Data for analysis START
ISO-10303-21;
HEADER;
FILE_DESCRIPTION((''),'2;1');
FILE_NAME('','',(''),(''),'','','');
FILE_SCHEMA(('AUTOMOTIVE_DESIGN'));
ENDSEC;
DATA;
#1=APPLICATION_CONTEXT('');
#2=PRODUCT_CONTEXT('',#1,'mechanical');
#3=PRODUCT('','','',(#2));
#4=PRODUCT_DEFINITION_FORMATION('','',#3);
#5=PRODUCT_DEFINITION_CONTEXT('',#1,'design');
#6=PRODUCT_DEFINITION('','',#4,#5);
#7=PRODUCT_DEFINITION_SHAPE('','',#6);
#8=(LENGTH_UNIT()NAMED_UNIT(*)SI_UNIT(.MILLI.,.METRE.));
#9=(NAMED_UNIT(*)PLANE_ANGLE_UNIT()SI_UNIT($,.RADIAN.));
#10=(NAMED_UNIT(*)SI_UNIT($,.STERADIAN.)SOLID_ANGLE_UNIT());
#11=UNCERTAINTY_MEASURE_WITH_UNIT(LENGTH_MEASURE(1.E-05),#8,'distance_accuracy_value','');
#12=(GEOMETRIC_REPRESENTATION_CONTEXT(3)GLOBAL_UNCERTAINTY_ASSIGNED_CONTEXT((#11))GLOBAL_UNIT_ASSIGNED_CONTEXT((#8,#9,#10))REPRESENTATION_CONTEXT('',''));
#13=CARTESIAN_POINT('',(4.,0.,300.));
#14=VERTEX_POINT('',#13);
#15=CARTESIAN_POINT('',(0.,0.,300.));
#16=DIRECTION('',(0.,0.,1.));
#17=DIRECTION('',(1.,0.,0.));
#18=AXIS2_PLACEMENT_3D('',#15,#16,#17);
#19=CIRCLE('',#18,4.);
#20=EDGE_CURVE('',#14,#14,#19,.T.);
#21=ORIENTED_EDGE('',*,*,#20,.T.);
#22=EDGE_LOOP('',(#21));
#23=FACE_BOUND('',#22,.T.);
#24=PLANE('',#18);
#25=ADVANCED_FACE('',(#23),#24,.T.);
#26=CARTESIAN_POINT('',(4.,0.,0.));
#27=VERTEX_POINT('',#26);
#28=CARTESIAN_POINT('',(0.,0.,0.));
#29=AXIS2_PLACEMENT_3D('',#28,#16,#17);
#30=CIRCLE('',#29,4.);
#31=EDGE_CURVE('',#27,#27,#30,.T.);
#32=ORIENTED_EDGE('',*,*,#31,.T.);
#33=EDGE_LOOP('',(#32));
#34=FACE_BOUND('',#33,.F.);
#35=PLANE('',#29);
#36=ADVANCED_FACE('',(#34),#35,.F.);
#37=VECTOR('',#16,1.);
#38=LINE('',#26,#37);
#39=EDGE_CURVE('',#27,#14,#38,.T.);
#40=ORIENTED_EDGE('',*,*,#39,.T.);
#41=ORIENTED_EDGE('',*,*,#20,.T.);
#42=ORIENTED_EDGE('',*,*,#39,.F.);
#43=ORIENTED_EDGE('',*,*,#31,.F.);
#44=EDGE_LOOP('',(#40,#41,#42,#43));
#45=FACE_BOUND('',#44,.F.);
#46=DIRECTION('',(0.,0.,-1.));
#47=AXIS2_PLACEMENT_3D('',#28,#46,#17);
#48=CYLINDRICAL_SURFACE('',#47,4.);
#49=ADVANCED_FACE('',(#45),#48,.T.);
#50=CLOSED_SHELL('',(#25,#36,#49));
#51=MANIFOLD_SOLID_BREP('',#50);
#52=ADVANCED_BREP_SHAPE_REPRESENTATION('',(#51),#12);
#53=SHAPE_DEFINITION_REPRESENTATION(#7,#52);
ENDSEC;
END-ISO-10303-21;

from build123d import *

# Parameters (mm, degrees)
SKETCH_1_R      = 4
EXTRUDE_1_DEPTH = 300


with BuildPart() as part:
    # 草图1 → 凸台-拉伸1 (new body)
    with BuildSketch(Plane.XY):
        Circle(SKETCH_1_R)
    extrude(amount=EXTRUDE_1_DEPTH)


solid = part.part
Data for analysis END
# [Your assignment]
What you return should consist solely of the lines from the one containing "#13=CARTESIAN_POINT('',(4.,0.,300.));" through the end of the entries above, reproduced exactly.

# [Exercise response]
#13=CARTESIAN_POINT('',(4.,0.,300.));
#14=VERTEX_POINT('',#13);
#15=CARTESIAN_POINT('',(0.,0.,300.));
#16=DIRECTION('',(0.,0.,1.));
#17=DIRECTION('',(1.,0.,0.));
#18=AXIS2_PLACEMENT_3D('',#15,#16,#17);
#19=CIRCLE('',#18,4.);
#20=EDGE_CURVE('',#14,#14,#19,.T.);
#21=ORIENTED_EDGE('',*,*,#20,.T.);
#22=EDGE_LOOP('',(#21));
#23=FACE_BOUND('',#22,.T.);
#24=PLANE('',#18);
#25=ADVANCED_FACE('',(#23),#24,.T.);
#26=CARTESIAN_POINT('',(4.,0.,0.));
#27=VERTEX_POINT('',#26);
#28=CARTESIAN_POINT('',(0.,0.,0.));
#29=AXIS2_PLACEMENT_3D('',#28,#16,#17);
#30=CIRCLE('',#29,4.);
#31=EDGE_CURVE('',#27,#27,#30,.T.);
#32=ORIENTED_EDGE('',*,*,#31,.T.);
#33=EDGE_LOOP('',(#32));
#34=FACE_BOUND('',#33,.F.);
#35=PLANE('',#29);
#36=ADVANCED_FACE('',(#34),#35,.F.);
#37=VECTOR('',#16,1.);
#38=LINE('',#26,#37);
#39=EDGE_CURVE('',#27,#14,#38,.T.);
#40=ORIENTED_EDGE('',*,*,#39,.T.);
#41=ORIENTED_EDGE('',*,*,#20,.T.);
#42=ORIENTED_EDGE('',*,*,#39,.F.);
#43=ORIENTED_EDGE('',*,*,#31,.F.);
#44=EDGE_LOOP('',(#40,#41,#42,#43));
#45=FACE_BOUND('',#44,.F.);
#46=DIRECTION('',(0.,0.,-1.));
#47=AXIS2_PLACEMENT_3D('',#28,#46,#17);
#48=CYLINDRICAL_SURFACE('',#47,4.);
#49=ADVANCED_FACE('',(#45),#48,.T.);
#50=CLOSED_SHELL('',(#25,#36,#49));
#51=MANIFOLD_SOLID_BREP('',#50);
#52=ADVANCED_BREP_SHAPE_REPRESENTATION('',(#51),#12);
#53=SHAPE_DEFINITION_REPRESENTATION(#7,#52);
ENDSEC;
END-ISO-10303-21;

from build123d import *

# Parameters (mm, degrees)
SKETCH_1_R      = 4
EXTRUDE_1_DEPTH = 300


with BuildPart() as part:
    # 草图1 → 凸台-拉伸1 (new body)
    with BuildSketch(Plane.XY):
        Circle(SKETCH_1_R)
    extrude(amount=EXTRUDE_1_DEPTH)


solid = part.part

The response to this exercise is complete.